1991
47 communes de l’agglomération ainsi que la Communauté de ville du Sicoval (soit, au total, 63 communes concernées) forment le "Syndicat Mixte d’Etudes de l’Agglomération Toulousaine" (SMEAT) afin de mieux maîtriser le développement futur de l’agglomération sous tous ses aspects : économiques, sociaux, urbains, environnementaux, ...
1995
Le SMEAT valide le projet d’agglomération "Toulouse Métropole, un cap pour le long terme".
Sur ces bases, le SMEAT décide alors d’entreprendre la révision du Schéma Directeur d’Aménagement et d’Urbanisme (SDAU), devenu obsolète.
1998
Le SMEAT approuve le nouveau Schéma Directeur de l’Agglomération Toulousaine (SDAT ) : Outil de planification et de gestion en continu du développement, ce document d’urbanisme est la traduction spatiale et légale du projet d’agglomération ; les Plans d’Occupation des Sols (POS) des communes incluses dans son périmètre doivent être mis en compatibilité avec ce schéma directeur.
2000
La loi Solidarité et Renouvellement Urbains, dite loi SRU, prévoit le remplacement du schéma directeur par un Schéma de Cohérence Territoriale (SCOT).
L’actuel schéma directeur de l’agglomération toulousaine a donc valeur de SCOT.
2002
Le SMEAT est renommé syndicat mixte d’études pour entreprendre et mettre en oeuvre le schéma de cohérence territoriale de l’agglomération toulousaine.

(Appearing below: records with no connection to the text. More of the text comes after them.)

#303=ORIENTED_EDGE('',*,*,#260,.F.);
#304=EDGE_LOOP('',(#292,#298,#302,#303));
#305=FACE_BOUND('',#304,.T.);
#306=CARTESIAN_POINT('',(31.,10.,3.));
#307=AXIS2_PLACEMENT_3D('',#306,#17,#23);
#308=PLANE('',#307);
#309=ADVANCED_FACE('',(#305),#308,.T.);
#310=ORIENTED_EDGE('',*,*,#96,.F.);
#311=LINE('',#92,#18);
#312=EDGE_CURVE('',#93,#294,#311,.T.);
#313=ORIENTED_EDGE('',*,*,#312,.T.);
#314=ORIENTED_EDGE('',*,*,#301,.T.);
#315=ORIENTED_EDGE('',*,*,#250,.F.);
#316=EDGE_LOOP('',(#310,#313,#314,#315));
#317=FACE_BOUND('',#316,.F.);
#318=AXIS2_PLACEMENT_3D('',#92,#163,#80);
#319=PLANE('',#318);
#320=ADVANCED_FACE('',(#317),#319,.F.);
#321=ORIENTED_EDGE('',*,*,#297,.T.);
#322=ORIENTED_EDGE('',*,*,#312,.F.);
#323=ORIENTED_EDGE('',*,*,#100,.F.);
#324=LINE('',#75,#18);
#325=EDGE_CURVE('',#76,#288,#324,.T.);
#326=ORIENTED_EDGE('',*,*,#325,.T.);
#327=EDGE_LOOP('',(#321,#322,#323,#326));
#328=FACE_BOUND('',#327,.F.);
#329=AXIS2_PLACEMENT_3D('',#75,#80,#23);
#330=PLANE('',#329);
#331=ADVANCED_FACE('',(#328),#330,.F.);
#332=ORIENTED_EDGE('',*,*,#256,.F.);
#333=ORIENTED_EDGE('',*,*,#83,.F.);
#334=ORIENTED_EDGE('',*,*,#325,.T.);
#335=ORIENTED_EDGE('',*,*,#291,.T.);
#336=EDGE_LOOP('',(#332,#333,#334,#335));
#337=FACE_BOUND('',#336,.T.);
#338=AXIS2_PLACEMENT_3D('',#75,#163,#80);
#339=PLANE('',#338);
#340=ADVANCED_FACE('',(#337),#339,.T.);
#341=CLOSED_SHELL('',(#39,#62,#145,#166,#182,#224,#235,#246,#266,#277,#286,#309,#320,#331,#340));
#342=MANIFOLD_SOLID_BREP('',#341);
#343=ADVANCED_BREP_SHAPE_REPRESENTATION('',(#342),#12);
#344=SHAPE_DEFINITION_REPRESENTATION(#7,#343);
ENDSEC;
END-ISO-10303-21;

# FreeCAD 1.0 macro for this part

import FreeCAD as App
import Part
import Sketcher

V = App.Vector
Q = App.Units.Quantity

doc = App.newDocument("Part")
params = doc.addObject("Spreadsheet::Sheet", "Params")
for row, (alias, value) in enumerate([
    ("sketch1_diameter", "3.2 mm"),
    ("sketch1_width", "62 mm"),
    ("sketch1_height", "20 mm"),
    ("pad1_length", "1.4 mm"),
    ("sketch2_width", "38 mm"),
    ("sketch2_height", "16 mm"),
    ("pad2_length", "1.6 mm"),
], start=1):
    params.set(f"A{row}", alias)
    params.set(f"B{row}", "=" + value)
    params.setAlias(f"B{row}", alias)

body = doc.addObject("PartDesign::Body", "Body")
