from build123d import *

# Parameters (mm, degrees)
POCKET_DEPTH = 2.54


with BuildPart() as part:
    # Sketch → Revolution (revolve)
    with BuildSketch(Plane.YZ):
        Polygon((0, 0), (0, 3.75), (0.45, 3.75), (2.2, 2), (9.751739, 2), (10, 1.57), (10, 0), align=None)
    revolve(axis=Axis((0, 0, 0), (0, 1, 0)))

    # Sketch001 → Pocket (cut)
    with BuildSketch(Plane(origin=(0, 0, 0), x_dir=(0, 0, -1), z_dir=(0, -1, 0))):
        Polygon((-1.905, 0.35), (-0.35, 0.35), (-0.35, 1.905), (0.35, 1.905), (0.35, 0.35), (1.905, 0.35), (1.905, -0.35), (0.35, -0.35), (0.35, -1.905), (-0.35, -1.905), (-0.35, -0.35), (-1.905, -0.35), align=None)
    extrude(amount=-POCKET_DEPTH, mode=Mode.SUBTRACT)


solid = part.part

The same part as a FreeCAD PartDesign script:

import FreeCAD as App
import Part
import Sketcher
from FreeCAD import Vector
Q = App.Units.Quantity


def add_polygon(sketch, points):
    """Adds a closed chain of lines whose ends are joined by coincident constraints."""
    first, n = sketch.GeometryCount, len(points)
    for a, b in zip(points, points[1:] + points[:1]):
        sketch.addGeometry(Part.LineSegment(App.Vector(*a, 0), App.Vector(*b, 0)), False)
    for i in range(n):
        sketch.addConstraint(Sketcher.Constraint("Coincident", first + i, 2, first + (i + 1) % n, 1))

doc = App.newDocument("Part")
params = doc.addObject("Spreadsheet::Sheet", "Params")
for row, (alias, value) in enumerate([
    ("sketch1_width", "10 mm"),
    ("sketch1_width2", "0.45 mm"),
    ("sketch1_height", "3.75 mm"),
    ("sketch1_height2", "1.57 mm"),
    ("revolution_angle", "360 deg"),
    ("sketch2_width", "0.7 mm"),
    ("pocket1_length", "2.54 mm"),
], start=1):
    params.set(f"A{row}", alias)
    params.set(f"B{row}", "=" + value)
    params.setAlias(f"B{row}", alias)

body = doc.addObject("PartDesign::Body", "Body")

sketch1 = doc.addObject("Sketcher::SketchObject", "Sketch")
body.addObject(sketch1)
sketch1.AttachmentSupport = (doc.YZ_Plane, [""])
sketch1.MapMode = "FlatFace"
add_polygon(sketch1, [(0, 3.75), (0, 0), (10, 0), (10, 1.57), (9.751739, 2), (2.2, 2), (0.45, 3.75)])
sketch1.addConstraint([
    Sketcher.Constraint("Vertical", 0),
    Sketcher.Constraint("Horizontal", 1),
    Sketcher.Constraint("Vertical", 2),
    Sketcher.Constraint("Horizontal", 4),
    Sketcher.Constraint("Horizontal", 6),
    Sketcher.Constraint("Coincident", 0, 2, -1, 1),
    Sketcher.Constraint("DistanceX", 1, 1, 1, 2, Q("10 mm")),
    Sketcher.Constraint("Angle", 5, Q("135 deg")),
    Sketcher.Constraint("DistanceY", -1, 1, 3, 2, Q("2 mm")),
    Sketcher.Constraint("DistanceX", 6, 2, 6, 1, Q("0.45 mm")),
    Sketcher.Constraint("DistanceY", 0, 2, 0, 1, Q("3.75 mm")),
    Sketcher.Constraint("DistanceY", 2, 1, 2, 2, Q("1.57 mm")),
    Sketcher.Constraint("DistanceX", 4, 2, 4, 1, Q("7.551739 mm")),
])
sketch1.setExpression("Constraints[13]", "Params.sketch1_width")
sketch1.setExpression("Constraints[16]", "Params.sketch1_width2")
sketch1.setExpression("Constraints[17]", "Params.sketch1_height")
sketch1.setExpression("Constraints[18]", "Params.sketch1_height2")
revolution = doc.addObject("PartDesign::Revolution", "Revolution")
body.addObject(revolution)
revolution.Profile = sketch1
revolution.ReferenceAxis = (sketch1, ["H_Axis"])
revolution.setExpression("Angle", "Params.revolution_angle")

sketch2 = doc.addObject("Sketcher::SketchObject", "Sketch001")
body.addObject(sketch2)
sketch2.AttachmentSupport = (doc.XZ_Plane, [""])
sketch2.MapMode = "FlatFace"
add_polygon(sketch2, [(0.35, 0.35), (0.35, 1.905), (-0.35, 1.905), (-0.35, 0.35), (-1.905, 0.35), (-1.905, -0.35), (-0.35, -0.35), (-0.35, -1.905), (0.35, -1.905), (0.35, -0.35), (1.905, -0.35), (1.905, 0.35)])
sketch2.addConstraint([
    Sketcher.Constraint("Vertical", 0),
    Sketcher.Constraint("Horizontal", 1),
    Sketcher.Constraint("Vertical", 2),
    Sketcher.Constraint("Horizontal", 3),
    Sketcher.Constraint("Vertical", 4),
    Sketcher.Constraint("Horizontal", 5),
    Sketcher.Constraint("Vertical", 6),
    Sketcher.Constraint("Horizontal", 7),
    Sketcher.Constraint("Vertical", 8),
    Sketcher.Constraint("Horizontal", 9),
    Sketcher.Constraint("Vertical", 10),
    Sketcher.Constraint("Horizontal", 11),
    Sketcher.Constraint("Symmetric", 0, 2, 6, 2, -1, 1),
    Sketcher.Constraint("Symmetric", 2, 2, 8, 2, -1, 1),
    Sketcher.Constraint("Symmetric", 4, 2, 10, 2, -1, 1),
    Sketcher.Constraint("Symmetric", 5, 2, 8, 2, -2),
    Sketcher.Constraint("Equal", 11, 0),
    Sketcher.Constraint("Equal", 7, 4),
    Sketcher.Constraint("DistanceX", 1, 2, 1, 1, Q("0.7 mm")),
    Sketcher.Constraint("DistanceX", 3, 2, 3, 1, Q("1.555 mm")),
])
sketch2.setExpression("Constraints[30]", "Params.sketch2_width")
pocket1 = doc.addObject("PartDesign::Pocket", "Pocket")
body.addObject(pocket1)
pocket1.Profile = sketch2
pocket1.setExpression("Length", "Params.pocket1_length")

doc.recompute()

Il intègre de nouvelles collectivités et réunit à présent les Communautés d’Agglomération du Grand Toulouse, du Sicoval, la Communauté de Communes de la Save au Touch, la Communauté d’Agglomération du Muretain ainsi que 14 autres communes.
Pour maîtriser au mieux son avenir, une réflexion territoriale sur le développement équilibré et durable de l’aire urbaine toulousaine (342 communes) est initiée par le SMEAT, dépassant les territoires d’action publique connus à ce jour.
2003
Le projet d’agglomération de 1995 est actualisé ; intitulé "Toulouse Métropole 2015", ce document servira notamment de base pour l’élaboration d’un contrat d’agglomération entre l’Etat, la Région Midi-Pyrénées et les collectivités concernées.
2005
Un document cadre pour une cohérence de l’aire urbaine rend compte de l’aboutissement des travaux sur les enjeux de ce territoire et sur la nécessité d’opter pour un modèle de développement privilégiant l’organisation de l’aire urbaine en bassins de vie autosuffisants et complémentaires.
La Conférence de l’Aire Urbaine approuve, à une très large majorité, ce document qui constitue dorénavant "la Charte interscot pour une cohérence territoriale de l’aire urbaine toulousaine" qui sera constituée de 4 SCOT :
SMEAT
SCOT Sud Toulousain
SCOT Nord Toulousain
SCOT Lauragais
2006
Les Présidents du SMEAT, du Sud Toulousain, du Nord Toulousain et du Lauragais ont signé le 10 juillet 2006 une convention constitutive en vue de la création du « Groupement d’Intérêt Public d’Aménagement et de Développement du Territoire de l’Aire Urbaine de Toulouse ».
Le GIP interscot de l’aire urbaine toulousaine a été installé le 21 novembre.